_EXERCISE PROMPT:_
Please copy exactly the lines from the top of the data through the line containing "v 7.682 -10.9 -9.236", and nothing else.

(Dataset entries)
__________

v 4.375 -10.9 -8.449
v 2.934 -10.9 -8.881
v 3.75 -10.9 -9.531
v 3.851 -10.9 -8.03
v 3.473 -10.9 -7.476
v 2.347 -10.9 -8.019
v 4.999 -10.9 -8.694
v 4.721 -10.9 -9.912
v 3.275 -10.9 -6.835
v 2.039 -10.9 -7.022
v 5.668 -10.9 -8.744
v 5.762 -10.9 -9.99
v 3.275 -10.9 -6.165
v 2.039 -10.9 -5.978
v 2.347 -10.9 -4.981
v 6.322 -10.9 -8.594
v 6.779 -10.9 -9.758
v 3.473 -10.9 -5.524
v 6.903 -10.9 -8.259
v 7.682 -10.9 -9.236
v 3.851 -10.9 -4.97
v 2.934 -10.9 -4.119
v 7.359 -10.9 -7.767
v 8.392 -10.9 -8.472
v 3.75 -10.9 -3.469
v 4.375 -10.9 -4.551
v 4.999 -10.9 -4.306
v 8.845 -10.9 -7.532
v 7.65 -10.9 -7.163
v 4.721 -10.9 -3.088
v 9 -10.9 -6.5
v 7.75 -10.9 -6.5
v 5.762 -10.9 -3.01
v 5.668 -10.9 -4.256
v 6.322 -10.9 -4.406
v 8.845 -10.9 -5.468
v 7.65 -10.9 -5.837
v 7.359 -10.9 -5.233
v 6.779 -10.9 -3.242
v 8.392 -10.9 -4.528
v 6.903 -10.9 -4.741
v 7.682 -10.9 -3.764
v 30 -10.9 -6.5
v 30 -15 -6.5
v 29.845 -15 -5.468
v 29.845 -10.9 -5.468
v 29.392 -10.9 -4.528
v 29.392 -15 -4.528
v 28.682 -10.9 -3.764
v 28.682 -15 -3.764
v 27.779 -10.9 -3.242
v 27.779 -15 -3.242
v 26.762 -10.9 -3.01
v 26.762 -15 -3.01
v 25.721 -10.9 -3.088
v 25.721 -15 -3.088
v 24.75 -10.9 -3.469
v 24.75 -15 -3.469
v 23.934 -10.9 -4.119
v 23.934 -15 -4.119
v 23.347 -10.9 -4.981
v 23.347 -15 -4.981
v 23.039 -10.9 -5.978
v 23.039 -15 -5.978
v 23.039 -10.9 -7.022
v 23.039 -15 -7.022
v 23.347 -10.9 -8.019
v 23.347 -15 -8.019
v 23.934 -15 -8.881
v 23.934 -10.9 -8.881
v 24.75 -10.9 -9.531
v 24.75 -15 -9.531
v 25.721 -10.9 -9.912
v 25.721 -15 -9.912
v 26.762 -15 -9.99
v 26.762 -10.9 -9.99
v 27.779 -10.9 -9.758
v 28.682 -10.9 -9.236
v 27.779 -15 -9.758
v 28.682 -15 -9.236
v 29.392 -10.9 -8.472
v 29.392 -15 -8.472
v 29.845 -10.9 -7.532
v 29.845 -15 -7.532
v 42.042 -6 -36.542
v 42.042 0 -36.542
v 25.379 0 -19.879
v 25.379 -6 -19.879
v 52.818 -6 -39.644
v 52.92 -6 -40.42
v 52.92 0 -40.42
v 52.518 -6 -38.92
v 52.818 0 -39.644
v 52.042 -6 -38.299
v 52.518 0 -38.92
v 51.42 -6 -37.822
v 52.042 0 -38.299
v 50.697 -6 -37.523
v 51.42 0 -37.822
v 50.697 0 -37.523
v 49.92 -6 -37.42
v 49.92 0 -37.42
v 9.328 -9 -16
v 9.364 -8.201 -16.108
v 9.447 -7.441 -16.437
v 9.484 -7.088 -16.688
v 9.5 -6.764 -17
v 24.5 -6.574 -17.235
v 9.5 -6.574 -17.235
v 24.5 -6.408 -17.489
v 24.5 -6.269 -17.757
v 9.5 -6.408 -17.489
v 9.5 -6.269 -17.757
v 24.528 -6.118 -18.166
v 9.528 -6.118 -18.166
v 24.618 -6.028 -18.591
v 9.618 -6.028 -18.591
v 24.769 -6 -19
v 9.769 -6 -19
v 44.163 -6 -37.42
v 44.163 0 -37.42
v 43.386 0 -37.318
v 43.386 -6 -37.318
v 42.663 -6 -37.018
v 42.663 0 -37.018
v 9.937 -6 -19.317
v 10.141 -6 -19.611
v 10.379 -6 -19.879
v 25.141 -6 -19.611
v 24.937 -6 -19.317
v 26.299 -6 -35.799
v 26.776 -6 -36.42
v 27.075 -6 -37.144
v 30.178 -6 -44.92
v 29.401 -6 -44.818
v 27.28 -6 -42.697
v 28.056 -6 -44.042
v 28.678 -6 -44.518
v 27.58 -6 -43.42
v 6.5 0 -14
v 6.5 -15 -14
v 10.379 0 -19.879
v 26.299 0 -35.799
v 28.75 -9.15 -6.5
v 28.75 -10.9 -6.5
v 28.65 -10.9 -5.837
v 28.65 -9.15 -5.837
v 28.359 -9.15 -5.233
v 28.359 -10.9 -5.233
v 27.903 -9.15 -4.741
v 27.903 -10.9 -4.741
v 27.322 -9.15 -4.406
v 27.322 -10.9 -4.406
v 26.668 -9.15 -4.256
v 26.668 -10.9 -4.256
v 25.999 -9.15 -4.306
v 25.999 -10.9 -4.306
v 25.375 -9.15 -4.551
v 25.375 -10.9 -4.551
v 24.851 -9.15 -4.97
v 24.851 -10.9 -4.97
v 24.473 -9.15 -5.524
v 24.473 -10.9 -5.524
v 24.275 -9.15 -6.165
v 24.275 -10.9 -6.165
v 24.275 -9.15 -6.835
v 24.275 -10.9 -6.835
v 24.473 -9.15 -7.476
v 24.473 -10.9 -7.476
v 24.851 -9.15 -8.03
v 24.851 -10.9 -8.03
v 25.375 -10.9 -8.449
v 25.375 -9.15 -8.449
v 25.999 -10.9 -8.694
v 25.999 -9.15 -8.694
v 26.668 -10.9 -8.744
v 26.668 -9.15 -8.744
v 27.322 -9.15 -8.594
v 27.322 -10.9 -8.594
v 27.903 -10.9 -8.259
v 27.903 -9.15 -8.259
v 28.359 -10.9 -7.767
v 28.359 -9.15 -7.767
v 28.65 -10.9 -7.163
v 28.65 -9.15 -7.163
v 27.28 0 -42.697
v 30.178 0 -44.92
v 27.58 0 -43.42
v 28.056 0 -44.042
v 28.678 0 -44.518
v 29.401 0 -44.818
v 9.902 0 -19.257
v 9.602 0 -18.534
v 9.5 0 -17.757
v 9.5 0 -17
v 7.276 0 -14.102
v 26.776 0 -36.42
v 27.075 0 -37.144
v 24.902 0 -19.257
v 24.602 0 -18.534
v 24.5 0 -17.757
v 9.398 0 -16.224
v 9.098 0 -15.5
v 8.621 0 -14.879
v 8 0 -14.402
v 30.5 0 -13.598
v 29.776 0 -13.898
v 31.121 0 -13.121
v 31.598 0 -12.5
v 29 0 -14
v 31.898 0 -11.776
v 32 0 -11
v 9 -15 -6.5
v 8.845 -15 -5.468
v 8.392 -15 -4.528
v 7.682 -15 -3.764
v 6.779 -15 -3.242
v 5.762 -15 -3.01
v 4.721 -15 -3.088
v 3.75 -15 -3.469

__________

_OUTPUT:_
v 4.375 -10.9 -8.449
v 2.934 -10.9 -8.881
v 3.75 -10.9 -9.531
v 3.851 -10.9 -8.03
v 3.473 -10.9 -7.476
v 2.347 -10.9 -8.019
v 4.999 -10.9 -8.694
v 4.721 -10.9 -9.912
v 3.275 -10.9 -6.835
v 2.039 -10.9 -7.022
v 5.668 -10.9 -8.744
v 5.762 -10.9 -9.99
v 3.275 -10.9 -6.165
v 2.039 -10.9 -5.978
v 2.347 -10.9 -4.981
v 6.322 -10.9 -8.594
v 6.779 -10.9 -9.758
v 3.473 -10.9 -5.524
v 6.903 -10.9 -8.259
v 7.682 -10.9 -9.236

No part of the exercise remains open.